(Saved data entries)
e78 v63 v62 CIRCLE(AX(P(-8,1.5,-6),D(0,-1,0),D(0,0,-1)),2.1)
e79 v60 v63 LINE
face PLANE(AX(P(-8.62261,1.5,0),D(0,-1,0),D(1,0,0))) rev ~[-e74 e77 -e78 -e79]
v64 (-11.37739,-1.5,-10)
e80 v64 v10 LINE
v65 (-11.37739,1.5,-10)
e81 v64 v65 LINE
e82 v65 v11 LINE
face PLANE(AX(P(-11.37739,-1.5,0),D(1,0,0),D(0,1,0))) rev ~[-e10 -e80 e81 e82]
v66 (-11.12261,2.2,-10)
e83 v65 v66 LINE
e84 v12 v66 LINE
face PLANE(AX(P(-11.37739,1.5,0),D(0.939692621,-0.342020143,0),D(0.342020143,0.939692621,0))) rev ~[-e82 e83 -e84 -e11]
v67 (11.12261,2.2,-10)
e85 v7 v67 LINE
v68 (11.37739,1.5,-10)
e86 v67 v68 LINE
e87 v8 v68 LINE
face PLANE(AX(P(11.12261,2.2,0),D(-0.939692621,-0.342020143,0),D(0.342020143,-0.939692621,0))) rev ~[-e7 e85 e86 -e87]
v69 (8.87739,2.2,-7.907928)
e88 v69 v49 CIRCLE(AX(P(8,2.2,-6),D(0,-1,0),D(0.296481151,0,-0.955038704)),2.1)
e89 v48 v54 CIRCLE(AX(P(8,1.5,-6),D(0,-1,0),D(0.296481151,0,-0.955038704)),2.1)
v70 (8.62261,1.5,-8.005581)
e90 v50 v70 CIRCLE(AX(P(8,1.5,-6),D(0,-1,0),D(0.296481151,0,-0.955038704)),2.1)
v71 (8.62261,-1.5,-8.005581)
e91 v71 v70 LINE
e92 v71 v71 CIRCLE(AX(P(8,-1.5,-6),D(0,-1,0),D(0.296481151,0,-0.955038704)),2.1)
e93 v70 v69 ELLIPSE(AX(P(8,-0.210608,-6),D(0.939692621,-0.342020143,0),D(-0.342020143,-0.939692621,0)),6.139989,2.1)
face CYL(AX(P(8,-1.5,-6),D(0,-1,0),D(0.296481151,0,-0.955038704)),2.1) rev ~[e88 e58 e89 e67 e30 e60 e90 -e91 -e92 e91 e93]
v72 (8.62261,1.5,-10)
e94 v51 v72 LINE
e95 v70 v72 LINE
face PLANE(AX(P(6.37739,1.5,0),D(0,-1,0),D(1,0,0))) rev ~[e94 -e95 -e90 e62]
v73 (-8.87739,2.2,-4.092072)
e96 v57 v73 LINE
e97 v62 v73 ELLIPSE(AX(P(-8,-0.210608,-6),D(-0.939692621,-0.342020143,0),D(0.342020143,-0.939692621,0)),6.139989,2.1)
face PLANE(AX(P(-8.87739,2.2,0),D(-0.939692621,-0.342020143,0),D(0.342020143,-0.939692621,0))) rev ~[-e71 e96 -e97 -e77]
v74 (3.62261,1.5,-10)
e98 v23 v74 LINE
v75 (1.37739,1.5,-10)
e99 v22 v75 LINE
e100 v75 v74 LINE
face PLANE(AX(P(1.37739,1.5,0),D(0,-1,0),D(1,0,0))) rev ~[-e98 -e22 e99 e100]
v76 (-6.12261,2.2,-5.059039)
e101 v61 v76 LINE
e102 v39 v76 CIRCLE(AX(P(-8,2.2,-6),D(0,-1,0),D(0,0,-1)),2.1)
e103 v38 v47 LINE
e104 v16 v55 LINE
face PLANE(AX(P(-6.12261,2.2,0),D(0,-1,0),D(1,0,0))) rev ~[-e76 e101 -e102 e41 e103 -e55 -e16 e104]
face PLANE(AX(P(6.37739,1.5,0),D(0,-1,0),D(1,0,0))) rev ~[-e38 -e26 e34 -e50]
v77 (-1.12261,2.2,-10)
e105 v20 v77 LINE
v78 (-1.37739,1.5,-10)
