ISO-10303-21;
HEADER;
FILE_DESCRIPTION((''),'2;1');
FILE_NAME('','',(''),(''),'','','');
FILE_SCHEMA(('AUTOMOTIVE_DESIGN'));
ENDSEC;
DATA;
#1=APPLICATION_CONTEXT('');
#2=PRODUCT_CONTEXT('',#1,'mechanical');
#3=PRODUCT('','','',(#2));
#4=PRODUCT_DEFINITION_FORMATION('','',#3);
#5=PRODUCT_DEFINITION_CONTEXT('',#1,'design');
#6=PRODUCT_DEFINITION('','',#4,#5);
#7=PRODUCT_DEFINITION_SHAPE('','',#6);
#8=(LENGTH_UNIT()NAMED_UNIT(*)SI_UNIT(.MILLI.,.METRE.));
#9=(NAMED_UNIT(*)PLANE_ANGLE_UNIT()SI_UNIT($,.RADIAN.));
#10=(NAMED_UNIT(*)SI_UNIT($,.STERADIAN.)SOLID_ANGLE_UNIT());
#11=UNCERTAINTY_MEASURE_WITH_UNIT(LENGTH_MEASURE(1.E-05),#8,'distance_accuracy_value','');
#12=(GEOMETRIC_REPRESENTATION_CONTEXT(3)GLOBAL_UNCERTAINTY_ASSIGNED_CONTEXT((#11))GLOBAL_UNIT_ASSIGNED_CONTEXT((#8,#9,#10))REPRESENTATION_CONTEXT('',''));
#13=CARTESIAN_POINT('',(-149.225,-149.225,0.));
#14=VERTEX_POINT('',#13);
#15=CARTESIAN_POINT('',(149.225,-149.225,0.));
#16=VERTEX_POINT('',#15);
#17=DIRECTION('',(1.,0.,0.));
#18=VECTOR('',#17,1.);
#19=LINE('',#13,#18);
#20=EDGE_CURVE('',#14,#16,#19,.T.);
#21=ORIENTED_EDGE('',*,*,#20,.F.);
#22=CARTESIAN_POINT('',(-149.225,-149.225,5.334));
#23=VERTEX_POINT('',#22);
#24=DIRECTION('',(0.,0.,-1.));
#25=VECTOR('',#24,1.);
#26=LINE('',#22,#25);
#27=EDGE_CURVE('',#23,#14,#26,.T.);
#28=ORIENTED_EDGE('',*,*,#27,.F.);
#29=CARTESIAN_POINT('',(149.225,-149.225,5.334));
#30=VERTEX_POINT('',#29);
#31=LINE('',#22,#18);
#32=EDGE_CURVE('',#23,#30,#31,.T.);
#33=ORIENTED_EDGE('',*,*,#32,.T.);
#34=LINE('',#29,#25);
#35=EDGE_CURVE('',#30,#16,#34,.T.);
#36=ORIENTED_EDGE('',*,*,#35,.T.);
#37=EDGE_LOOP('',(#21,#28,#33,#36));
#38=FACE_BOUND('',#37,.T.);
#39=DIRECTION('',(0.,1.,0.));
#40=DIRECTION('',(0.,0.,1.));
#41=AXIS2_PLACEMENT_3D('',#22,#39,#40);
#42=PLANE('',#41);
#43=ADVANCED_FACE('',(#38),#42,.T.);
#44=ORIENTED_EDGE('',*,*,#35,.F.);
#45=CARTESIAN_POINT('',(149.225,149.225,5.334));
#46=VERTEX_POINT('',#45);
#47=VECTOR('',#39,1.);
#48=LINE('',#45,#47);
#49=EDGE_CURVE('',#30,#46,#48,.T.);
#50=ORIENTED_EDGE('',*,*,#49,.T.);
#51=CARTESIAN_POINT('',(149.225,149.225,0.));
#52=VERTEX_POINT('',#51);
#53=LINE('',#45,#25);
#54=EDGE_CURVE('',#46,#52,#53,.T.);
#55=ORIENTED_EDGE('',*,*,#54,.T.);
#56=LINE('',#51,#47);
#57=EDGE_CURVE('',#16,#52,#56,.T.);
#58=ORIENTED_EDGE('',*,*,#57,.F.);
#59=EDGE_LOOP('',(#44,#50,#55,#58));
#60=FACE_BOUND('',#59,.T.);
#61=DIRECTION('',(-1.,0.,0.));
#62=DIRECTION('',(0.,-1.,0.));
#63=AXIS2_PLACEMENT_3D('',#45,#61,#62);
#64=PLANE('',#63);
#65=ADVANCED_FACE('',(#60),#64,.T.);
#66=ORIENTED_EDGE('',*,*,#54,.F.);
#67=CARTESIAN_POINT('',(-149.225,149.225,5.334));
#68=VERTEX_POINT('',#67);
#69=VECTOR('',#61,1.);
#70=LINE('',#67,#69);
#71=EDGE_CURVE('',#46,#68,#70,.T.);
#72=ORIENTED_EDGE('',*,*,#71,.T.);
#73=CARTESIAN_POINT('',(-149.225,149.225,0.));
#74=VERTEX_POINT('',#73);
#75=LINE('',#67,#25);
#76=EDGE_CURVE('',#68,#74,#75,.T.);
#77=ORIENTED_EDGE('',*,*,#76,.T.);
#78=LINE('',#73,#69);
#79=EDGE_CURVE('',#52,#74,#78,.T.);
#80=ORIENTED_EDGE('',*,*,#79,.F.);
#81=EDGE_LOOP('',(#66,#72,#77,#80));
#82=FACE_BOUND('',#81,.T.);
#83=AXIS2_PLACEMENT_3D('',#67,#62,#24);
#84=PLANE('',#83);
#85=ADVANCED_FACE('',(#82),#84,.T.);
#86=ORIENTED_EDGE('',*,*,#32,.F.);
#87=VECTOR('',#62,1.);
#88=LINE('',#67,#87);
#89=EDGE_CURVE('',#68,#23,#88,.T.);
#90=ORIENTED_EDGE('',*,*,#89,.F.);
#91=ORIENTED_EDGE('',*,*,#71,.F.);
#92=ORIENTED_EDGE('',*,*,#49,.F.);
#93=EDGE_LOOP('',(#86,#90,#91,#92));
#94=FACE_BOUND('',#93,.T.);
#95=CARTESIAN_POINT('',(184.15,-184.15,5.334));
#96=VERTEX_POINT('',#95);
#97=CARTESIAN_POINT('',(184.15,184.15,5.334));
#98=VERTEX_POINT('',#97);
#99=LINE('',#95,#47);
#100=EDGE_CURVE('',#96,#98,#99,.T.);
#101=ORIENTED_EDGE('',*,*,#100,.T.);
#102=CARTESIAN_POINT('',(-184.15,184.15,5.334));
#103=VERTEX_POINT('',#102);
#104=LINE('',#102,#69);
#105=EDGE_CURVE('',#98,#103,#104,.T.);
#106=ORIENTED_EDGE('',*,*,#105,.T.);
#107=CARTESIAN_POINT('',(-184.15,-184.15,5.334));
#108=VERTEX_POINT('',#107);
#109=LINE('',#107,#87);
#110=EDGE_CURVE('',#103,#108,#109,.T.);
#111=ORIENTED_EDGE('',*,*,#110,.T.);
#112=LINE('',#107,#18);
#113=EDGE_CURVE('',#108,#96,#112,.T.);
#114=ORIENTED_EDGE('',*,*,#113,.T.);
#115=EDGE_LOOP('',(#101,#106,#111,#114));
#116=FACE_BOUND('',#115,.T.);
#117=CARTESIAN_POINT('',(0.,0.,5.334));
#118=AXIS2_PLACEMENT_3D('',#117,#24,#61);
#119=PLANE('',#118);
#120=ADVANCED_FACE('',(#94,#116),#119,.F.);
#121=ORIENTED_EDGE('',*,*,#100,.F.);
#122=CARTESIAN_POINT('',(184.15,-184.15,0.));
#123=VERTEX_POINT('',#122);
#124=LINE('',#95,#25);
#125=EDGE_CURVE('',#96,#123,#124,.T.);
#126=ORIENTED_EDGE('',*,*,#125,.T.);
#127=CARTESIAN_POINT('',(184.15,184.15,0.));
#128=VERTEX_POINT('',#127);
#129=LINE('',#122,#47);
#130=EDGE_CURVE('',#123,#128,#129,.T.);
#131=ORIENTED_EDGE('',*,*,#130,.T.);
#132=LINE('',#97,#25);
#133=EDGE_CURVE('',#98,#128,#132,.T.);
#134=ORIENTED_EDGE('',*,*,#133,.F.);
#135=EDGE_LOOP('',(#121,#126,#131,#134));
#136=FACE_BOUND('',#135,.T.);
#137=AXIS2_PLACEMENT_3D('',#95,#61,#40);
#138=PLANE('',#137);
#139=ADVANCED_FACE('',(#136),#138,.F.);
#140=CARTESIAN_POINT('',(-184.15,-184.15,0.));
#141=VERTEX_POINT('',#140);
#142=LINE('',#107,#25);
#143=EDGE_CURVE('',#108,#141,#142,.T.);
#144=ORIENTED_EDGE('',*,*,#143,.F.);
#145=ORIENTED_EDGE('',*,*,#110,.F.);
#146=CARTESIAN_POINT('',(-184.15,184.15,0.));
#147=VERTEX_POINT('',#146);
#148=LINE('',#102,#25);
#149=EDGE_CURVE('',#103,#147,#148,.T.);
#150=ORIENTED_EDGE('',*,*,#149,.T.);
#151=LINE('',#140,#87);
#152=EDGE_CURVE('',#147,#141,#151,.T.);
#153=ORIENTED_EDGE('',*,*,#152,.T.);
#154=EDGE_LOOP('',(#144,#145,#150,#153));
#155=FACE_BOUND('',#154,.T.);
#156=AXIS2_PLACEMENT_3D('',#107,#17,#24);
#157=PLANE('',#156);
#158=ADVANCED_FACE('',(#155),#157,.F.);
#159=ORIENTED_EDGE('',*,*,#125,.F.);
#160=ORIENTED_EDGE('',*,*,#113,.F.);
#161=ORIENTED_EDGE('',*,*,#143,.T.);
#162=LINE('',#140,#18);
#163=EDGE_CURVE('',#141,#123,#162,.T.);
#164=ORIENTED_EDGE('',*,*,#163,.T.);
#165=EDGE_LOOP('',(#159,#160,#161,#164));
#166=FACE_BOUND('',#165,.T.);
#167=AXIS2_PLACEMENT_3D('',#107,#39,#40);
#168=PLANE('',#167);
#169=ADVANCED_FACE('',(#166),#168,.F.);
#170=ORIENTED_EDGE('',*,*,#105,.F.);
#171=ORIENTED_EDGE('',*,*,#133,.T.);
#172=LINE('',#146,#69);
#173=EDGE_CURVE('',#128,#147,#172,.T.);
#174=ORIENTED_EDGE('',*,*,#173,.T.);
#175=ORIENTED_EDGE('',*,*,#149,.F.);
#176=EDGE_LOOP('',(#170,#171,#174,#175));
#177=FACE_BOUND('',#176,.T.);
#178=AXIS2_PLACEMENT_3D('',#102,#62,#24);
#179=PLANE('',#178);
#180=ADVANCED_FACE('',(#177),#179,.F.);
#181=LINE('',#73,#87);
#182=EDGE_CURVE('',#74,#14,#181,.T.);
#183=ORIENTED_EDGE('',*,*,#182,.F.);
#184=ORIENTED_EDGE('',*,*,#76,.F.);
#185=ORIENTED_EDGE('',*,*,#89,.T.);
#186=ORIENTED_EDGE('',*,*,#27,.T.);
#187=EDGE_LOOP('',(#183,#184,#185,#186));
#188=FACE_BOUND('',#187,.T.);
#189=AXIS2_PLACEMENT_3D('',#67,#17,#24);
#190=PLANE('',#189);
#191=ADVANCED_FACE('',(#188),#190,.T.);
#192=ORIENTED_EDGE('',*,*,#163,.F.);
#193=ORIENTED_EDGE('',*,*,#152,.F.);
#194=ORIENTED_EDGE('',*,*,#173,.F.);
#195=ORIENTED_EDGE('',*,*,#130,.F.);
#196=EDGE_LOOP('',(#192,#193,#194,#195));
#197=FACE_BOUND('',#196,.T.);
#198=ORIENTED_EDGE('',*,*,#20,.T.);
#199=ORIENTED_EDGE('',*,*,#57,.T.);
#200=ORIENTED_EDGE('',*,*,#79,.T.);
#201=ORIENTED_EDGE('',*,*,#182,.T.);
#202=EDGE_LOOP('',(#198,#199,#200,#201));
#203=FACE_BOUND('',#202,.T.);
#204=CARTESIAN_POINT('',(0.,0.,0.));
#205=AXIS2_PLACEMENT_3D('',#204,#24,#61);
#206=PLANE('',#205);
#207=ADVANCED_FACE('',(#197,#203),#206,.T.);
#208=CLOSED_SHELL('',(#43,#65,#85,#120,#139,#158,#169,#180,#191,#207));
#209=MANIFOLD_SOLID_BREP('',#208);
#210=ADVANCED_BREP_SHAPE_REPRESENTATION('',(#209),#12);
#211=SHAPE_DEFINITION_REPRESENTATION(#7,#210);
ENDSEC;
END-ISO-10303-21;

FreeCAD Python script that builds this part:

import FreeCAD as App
import Part
import Sketcher
from FreeCAD import Vector
Q = App.Units.Quantity


def add_polygon(sketch, points):
    """Adds a closed chain of lines whose ends are joined by coincident constraints."""
    first, n = sketch.GeometryCount, len(points)
    for a, b in zip(points, points[1:] + points[:1]):
        sketch.addGeometry(Part.LineSegment(App.Vector(*a, 0), App.Vector(*b, 0)), False)
    for i in range(n):
        sketch.addConstraint(Sketcher.Constraint("Coincident", first + i, 2, first + (i + 1) % n, 1))

doc = App.newDocument("Part")
body = doc.addObject("PartDesign::Body", "Body")

# Sketch on XY plane
sketch1 = doc.addObject("Sketcher::SketchObject", "Sketch")
body.addObject(sketch1)
sketch1.AttachmentSupport = (doc.XY_Plane, [""])
sketch1.MapMode = "FlatFace"
add_polygon(sketch1, [(-184.15, 184.15), (-184.15, -184.15), (184.15, -184.15), (184.15, 184.15)])  # lines 0-3
add_polygon(sketch1, [(149.225, -149.225), (-149.225, -149.225), (-149.225, 149.225), (149.225, 149.225)])  # lines 4-7
sketch1.addConstraint([
    Sketcher.Constraint("Vertical", 0),
    Sketcher.Constraint("Horizontal", 1),
    Sketcher.Constraint("Vertical", 2),
    Sketcher.Constraint("Horizontal", 3),
    Sketcher.Constraint("Horizontal", 4),
    Sketcher.Constraint("Vertical", 5),
    Sketcher.Constraint("Horizontal", 6),
    Sketcher.Constraint("Vertical", 7),
    Sketcher.Constraint("Symmetric", 0, 2, 2, 2, -1, 1),
    Sketcher.Constraint("Symmetric", 4, 2, 6, 2, -1, 1),
    Sketcher.Constraint("Equal", 3, 0),
    Sketcher.Constraint("Equal", 6, 5),
    Sketcher.Constraint("DistanceX", 1, 1, 1, 2, Q("14.5 in")),
    Sketcher.Constraint("DistanceX", 4, 2, 4, 1, Q("11.75 in")),
])
pad1 = doc.addObject("PartDesign::Pad", "Pad")
body.addObject(pad1)
pad1.Profile = sketch1
pad1.Length = Q("0.21 in")

doc.recompute()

→ ASSIGNED TASK
Tally the lines in the records that hold the word "ELLIPSE". Give only the total.

→ YOUR SOLUTION
2